What makes things even more complicated is you and I can be in the exact same meeting or read the same Slack entry and have entirely different interpretations. When we are jangled, we are especially quick to make assumptions and draw conclusions that assume the worst.

#2. Access the data below your neck.

Your brain can talk you into anything, from “I’m kicking ass” to “I’m a loser.”

Paying attention to what your body is telling you can provide access to what you are really feeling. Are your hands sweating? Is your breathing shallow? Is your foot tapping?

These kinds of things can give you insights that your thoughts alone may not provide.

As adults we are socialized to wear a mask of mature attentive listening — even if we are not really present and able to process what is going on. Authentic communication is at the heart of trust; your body can give you signs that you need to refocus. It is okay to say, “Can you repeat what you just shared? I got a little distracted.”

Recognize that all of this is going on in the minds of others, too; it can work at cross purposes to the trust we hope to establish. A below-the-neck check in helps get past faux attentive listening and can lead to authentic engagement.

#3. Watch what is going on with others.

Leadership means creating a space in which other people can act, an invitation for all of us to thrive around clear goals.

Sometimes, however, it’s easy to get so caught up in what we are doing and saying that we miss that the other person is crying (literally or not) and having trouble holding it together.
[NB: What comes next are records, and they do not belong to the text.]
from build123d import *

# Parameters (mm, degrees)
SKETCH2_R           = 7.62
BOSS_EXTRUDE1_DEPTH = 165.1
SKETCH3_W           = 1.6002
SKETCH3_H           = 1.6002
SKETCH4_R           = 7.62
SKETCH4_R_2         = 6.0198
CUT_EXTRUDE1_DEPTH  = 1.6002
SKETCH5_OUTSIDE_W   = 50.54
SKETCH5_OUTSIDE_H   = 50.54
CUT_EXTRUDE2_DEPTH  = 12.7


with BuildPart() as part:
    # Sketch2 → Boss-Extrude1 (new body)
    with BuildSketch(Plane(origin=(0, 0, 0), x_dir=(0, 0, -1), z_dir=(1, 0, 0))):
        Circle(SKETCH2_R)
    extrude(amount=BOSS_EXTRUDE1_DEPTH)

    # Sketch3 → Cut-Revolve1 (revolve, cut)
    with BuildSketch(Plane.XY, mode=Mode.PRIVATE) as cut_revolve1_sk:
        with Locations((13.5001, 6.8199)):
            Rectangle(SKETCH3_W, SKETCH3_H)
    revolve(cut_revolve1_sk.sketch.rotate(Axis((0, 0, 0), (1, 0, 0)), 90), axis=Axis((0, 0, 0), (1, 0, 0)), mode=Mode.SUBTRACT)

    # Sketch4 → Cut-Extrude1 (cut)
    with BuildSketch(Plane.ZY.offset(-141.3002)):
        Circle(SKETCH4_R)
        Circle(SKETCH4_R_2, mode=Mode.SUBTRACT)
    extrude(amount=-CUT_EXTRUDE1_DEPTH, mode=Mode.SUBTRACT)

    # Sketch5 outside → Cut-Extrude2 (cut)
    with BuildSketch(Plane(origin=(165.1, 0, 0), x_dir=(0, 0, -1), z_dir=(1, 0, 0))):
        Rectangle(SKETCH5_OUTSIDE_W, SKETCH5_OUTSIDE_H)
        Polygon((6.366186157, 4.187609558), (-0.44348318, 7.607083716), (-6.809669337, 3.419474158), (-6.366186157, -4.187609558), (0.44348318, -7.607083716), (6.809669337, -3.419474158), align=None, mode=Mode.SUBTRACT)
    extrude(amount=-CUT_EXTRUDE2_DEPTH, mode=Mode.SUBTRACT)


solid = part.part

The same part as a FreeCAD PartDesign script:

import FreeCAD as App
import Part
import Sketcher

V = App.Vector
Q = App.Units.Quantity


def add_polygon(sketch, points):
    """Adds a closed chain of lines whose ends are joined by coincident constraints."""
    first, n = sketch.GeometryCount, len(points)
    for a, b in zip(points, points[1:] + points[:1]):
        sketch.addGeometry(Part.LineSegment(App.Vector(*a, 0), App.Vector(*b, 0)), False)
    for i in range(n):
        sketch.addConstraint(Sketcher.Constraint("Coincident", first + i, 2, first + (i + 1) % n, 1))

doc = App.newDocument("Part")
body = doc.addObject("PartDesign::Body", "Body")

# Sketch on YZ plane
sketch1 = body.newObject("Sketcher::SketchObject", "Sketch")
sketch1.AttachmentSupport = (doc.getObject("YZ_Plane"), [""])
sketch1.MapMode = "FlatFace"
sketch1.addGeometry(Part.Circle(V(0, 0, 0), V(0, 0, 1), 8), False)
sketch1.addConstraint([
    Sketcher.Constraint("Coincident", 0, 3, -1, 1),
    Sketcher.Constraint("Diameter", 0, Q("0.6 in")),
])
pad1 = body.newObject("PartDesign::Pad", "Pad")
pad1.Profile = sketch1
pad1.Length = Q("6.5 in")

# Sketch on XY plane
sketch2 = body.newObject("Sketcher::SketchObject", "Sketch001")
sketch2.AttachmentSupport = (doc.getObject("XY_Plane"), [""])
sketch2.MapMode = "FlatFace"
add_polygon(sketch2, [(12.7, 7.6), (12.7, 6), (14.3, 6), (14.3, 7.6)])  # lines 0-3
sketch2.addConstraint([
    Sketcher.Constraint("Vertical", 0),
    Sketcher.Constraint("Horizontal", 1),
    Sketcher.Constraint("Vertical", 2),
    Sketcher.Constraint("Horizontal", 3),
    Sketcher.Constraint("Equal", 3, 0),
    Sketcher.Constraint("DistanceX", -1, 1, 0, 2, Q("0.5 in")),
    Sketcher.Constraint("DistanceY", -1, 1, 2, 2, Q("0.3 in")),
    Sketcher.Constraint("DistanceX", 1, 1, 1, 2, Q("0.063 in")),
])
groove = body.newObject("PartDesign::Groove", "Groove")
groove.Profile = sketch2
groove.ReferenceAxis = (sketch2, ["H_Axis"])
groove.Angle = 360

# Sketch on YZ plane
sketch3 = body.newObject("Sketcher::SketchObject", "Sketch002")
sketch3.AttachmentSupport = (doc.getObject("YZ_Plane"), [""])
sketch3.MapMode = "FlatFace"
sketch3.AttachmentOffset = App.Placement(V(0, 0, 5.563 * 25.4), App.Rotation())
sketch3.addGeometry([
    Part.Circle(V(0, 0, 0), V(0, 0, 1), 8),
    Part.Circle(V(0, 0, 0), V(0, 0, 1), 6),
], False)
sketch3.addConstraint([
    Sketcher.Constraint("Coincident", 0, 3, -1, 1),
    Sketcher.Constraint("Coincident", 1, 3, -1, 1),
    Sketcher.Constraint("Diameter", 0, Q("0.6 in")),
    Sketcher.Constraint("Diameter", 1, Q("0.474 in")),
])
pocket1 = body.newObject("PartDesign::Pocket", "Pocket")
pocket1.Profile = sketch3
pocket1.Length = Q("0.063 in")
pocket1.Reversed = True

# Sketch on YZ plane
sketch4 = body.newObject("Sketcher::SketchObject", "Sketch003")
sketch4.AttachmentSupport = (doc.getObject("YZ_Plane"), [""])
sketch4.MapMode = "FlatFace"
sketch4.AttachmentOffset = App.Placement(V(0, 0, 6.5 * 25.4), App.Rotation())
add_polygon(sketch4, [(25, 25), (-25, 25), (-25, -25), (25, -25)])  # lines 0-3
add_polygon(sketch4, [(8, 0), (4, -6), (-3, -7), (-8, 0), (-4, 6), (3, 7)])  # lines 4-9
sketch4.addConstraint([
    Sketcher.Constraint("Horizontal", 0),
    Sketcher.Constraint("Vertical", 1),
    Sketcher.Constraint("Horizontal", 2),
    Sketcher.Constraint("Vertical", 3),
    Sketcher.Constraint("Symmetric", 0, 2, 2, 2, -1, 1),
    Sketcher.Constraint("Symmetric", 4, 2, 7, 2, -1, 1),
    Sketcher.Constraint("Symmetric", 5, 2, 8, 2, -1, 1),
    Sketcher.Constraint("Symmetric", 6, 2, 9, 2, -1, 1),
    Sketcher.Constraint("Equal", 2, 1),
    Sketcher.Constraint("Equal", 4, 5),
    Sketcher.Constraint("Equal", 5, 6),
    Sketcher.Constraint("Distance", 4, Q("0.3 in")),
    Sketcher.Constraint("DistanceX", 0, 2, 0, 1, Q("50.54 mm")),
    Sketcher.Constraint("DistanceX", -1, 1, 4, 2, Q("4.18761 mm")),
    Sketcher.Constraint("DistanceY", 5, 2, -1, 1, Q("6.809669 mm")),
    Sketcher.Constraint("DistanceX", 6, 2, 5, 2, Q("4.18761 mm")),
])
pocket2 = body.newObject("PartDesign::Pocket", "Pocket001")
pocket2.Profile = sketch4
pocket2.Length = Q("0.5 in")

doc.recompute()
We need to slow down, recap, pause, and ask, “How is this going?”

Trust emerges when we can offer flexibility, freedom, support, and reassurance that failing doesn’t have to be scary.

Start with Trust

Recently, for the first time in my life as an executive coach, I had someone say to me, “Because you were brought into the organization through the board chair and leadership, I don’t trust you.” I appreciated their willingness to be this candid, and it served to remind me how on edge we all are in today’s world, and in the workplace in particular.

Everyone is jangled these days. Whether we are in-person or working virtually, we can strive to actively, consciously, and explicitly convey what is going on in our heads and in our bodies, and encourage the same among those with whom we are working.  Doing so will help to build, gain, regain, and sustain trust.